Task requirements: In the listing below, locate the line containing "#20=EDGE_CURVE('',#14,#16,#19,.T.);" and the line containing "#38=LINE('',#15,#37);". Output both of them and every line between, exactly as written, and nothing more.
== Given records
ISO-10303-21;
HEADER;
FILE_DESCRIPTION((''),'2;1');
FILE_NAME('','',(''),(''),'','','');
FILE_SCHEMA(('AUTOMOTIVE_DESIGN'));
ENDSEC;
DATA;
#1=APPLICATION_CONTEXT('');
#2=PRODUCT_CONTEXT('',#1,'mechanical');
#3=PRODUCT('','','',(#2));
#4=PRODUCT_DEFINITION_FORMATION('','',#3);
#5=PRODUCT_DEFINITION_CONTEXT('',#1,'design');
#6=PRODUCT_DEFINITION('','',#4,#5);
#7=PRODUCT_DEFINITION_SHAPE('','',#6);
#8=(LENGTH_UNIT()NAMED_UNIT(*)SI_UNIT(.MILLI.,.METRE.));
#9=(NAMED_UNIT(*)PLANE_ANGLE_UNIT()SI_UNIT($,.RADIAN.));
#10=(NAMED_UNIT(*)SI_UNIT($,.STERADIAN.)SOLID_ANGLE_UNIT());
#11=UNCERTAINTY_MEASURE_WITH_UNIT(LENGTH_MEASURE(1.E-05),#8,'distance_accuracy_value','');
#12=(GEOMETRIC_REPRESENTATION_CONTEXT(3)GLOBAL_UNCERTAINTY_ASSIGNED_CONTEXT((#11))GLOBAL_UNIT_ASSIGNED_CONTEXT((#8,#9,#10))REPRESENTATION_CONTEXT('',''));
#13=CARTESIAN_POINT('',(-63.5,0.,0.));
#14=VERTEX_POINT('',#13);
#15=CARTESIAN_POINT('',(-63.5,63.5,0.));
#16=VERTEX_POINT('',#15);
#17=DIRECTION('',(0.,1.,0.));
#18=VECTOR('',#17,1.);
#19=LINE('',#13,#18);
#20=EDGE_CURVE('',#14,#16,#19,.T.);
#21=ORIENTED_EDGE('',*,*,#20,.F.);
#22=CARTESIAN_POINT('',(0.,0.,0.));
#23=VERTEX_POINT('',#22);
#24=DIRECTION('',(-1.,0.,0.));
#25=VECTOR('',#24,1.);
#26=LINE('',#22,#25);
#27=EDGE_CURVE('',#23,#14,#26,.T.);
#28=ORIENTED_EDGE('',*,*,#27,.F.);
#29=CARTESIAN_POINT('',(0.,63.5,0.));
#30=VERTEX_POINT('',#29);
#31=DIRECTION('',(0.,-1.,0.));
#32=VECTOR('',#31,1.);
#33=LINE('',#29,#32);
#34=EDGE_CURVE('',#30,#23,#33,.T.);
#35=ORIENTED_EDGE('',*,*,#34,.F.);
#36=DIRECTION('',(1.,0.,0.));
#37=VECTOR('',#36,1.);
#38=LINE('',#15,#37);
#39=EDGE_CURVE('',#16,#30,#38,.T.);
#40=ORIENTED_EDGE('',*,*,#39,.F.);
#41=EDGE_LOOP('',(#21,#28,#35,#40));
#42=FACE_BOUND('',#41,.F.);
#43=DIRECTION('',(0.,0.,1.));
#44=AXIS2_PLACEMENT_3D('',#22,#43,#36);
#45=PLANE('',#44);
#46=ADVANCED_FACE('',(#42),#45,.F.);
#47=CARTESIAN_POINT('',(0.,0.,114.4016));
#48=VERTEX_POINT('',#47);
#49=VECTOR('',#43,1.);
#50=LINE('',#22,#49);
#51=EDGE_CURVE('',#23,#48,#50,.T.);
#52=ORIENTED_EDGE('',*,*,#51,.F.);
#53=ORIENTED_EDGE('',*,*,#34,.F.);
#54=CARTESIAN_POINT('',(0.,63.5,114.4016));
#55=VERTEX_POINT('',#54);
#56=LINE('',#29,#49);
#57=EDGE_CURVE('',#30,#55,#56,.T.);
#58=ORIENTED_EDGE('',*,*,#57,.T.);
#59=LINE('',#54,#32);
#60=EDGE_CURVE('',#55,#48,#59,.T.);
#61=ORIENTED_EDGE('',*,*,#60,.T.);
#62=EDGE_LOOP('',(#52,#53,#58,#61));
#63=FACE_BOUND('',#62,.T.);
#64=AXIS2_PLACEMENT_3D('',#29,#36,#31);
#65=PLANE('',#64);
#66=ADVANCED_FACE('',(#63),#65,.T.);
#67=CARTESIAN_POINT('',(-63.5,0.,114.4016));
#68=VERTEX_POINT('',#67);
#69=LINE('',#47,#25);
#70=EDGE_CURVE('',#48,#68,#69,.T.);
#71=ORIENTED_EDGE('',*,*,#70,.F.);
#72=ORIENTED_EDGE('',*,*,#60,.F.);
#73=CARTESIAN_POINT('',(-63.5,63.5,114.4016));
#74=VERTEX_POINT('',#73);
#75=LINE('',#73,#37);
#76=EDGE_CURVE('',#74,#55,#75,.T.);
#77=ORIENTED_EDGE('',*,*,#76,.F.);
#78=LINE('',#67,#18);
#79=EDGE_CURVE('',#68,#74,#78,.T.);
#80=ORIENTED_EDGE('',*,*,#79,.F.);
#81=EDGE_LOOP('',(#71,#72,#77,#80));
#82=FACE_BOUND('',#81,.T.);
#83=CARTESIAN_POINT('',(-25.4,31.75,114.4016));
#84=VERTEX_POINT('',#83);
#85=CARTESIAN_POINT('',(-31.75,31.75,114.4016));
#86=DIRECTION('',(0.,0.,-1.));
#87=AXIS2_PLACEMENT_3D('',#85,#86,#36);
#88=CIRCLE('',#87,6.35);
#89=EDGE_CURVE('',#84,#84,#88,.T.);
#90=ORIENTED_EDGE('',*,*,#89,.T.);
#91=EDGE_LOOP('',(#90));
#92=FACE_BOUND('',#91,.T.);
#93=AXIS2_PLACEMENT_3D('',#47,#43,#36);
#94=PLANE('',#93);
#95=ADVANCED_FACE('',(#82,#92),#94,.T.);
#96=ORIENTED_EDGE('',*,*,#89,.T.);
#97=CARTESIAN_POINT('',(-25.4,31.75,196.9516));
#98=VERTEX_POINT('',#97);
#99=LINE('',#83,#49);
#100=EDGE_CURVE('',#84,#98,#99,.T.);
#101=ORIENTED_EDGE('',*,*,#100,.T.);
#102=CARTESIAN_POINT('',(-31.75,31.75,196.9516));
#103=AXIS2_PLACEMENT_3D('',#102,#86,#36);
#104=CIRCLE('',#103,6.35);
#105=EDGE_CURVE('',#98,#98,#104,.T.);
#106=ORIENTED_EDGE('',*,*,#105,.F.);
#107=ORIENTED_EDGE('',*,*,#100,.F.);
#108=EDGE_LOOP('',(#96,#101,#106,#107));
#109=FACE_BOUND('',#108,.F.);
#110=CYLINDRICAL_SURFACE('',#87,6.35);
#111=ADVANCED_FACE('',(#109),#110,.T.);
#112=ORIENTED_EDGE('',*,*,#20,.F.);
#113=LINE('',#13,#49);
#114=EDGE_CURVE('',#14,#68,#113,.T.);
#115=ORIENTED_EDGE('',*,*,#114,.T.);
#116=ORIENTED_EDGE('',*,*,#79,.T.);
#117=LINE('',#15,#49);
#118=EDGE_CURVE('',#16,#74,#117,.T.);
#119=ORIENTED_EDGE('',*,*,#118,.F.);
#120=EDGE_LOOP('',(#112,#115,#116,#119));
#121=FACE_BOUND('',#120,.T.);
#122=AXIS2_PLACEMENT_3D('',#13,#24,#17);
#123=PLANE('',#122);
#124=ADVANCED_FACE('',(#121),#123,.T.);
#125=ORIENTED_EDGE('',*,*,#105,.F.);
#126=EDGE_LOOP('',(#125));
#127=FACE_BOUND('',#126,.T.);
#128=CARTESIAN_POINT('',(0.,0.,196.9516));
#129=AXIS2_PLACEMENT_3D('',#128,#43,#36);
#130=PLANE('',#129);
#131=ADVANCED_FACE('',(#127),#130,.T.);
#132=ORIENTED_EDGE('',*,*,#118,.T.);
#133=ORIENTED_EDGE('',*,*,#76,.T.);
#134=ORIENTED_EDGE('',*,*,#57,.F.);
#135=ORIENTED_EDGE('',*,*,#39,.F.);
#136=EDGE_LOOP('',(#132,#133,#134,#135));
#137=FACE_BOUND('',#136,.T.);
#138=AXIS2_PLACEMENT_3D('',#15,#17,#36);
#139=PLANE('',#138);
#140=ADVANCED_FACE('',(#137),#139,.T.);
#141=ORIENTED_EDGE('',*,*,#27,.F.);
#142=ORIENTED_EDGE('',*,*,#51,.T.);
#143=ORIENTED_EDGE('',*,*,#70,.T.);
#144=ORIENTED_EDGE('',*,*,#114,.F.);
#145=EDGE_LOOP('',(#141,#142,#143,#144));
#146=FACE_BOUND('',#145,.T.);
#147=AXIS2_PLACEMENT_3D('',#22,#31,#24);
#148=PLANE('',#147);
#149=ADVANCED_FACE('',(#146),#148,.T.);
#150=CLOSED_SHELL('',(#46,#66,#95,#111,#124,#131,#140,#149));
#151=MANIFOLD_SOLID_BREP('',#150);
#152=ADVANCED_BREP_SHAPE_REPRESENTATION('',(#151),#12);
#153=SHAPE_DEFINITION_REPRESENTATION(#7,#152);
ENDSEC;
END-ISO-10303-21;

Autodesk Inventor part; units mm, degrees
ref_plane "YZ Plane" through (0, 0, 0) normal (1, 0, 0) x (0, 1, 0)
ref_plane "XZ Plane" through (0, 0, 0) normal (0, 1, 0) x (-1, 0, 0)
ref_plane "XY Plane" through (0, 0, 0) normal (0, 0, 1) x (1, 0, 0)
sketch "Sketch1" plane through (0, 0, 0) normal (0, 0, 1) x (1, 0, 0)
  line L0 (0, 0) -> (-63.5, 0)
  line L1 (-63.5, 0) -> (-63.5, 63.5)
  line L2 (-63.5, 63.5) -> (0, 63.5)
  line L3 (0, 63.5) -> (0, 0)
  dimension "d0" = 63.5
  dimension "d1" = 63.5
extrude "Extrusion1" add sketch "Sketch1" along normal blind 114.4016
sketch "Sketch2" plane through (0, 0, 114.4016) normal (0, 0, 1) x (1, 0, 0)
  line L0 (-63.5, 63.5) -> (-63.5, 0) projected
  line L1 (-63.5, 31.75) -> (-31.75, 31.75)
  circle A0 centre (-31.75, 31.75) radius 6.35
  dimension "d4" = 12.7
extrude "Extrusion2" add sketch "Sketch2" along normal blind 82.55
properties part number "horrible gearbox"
====
Finished exercise:
#20=EDGE_CURVE('',#14,#16,#19,.T.);
#21=ORIENTED_EDGE('',*,*,#20,.F.);
#22=CARTESIAN_POINT('',(0.,0.,0.));
#23=VERTEX_POINT('',#22);
#24=DIRECTION('',(-1.,0.,0.));
#25=VECTOR('',#24,1.);
#26=LINE('',#22,#25);
#27=EDGE_CURVE('',#23,#14,#26,.T.);
#28=ORIENTED_EDGE('',*,*,#27,.F.);
#29=CARTESIAN_POINT('',(0.,63.5,0.));
#30=VERTEX_POINT('',#29);
#31=DIRECTION('',(0.,-1.,0.));
#32=VECTOR('',#31,1.);
#33=LINE('',#29,#32);
#34=EDGE_CURVE('',#30,#23,#33,.T.);
#35=ORIENTED_EDGE('',*,*,#34,.F.);
#36=DIRECTION('',(1.,0.,0.));
#37=VECTOR('',#36,1.);
#38=LINE('',#15,#37);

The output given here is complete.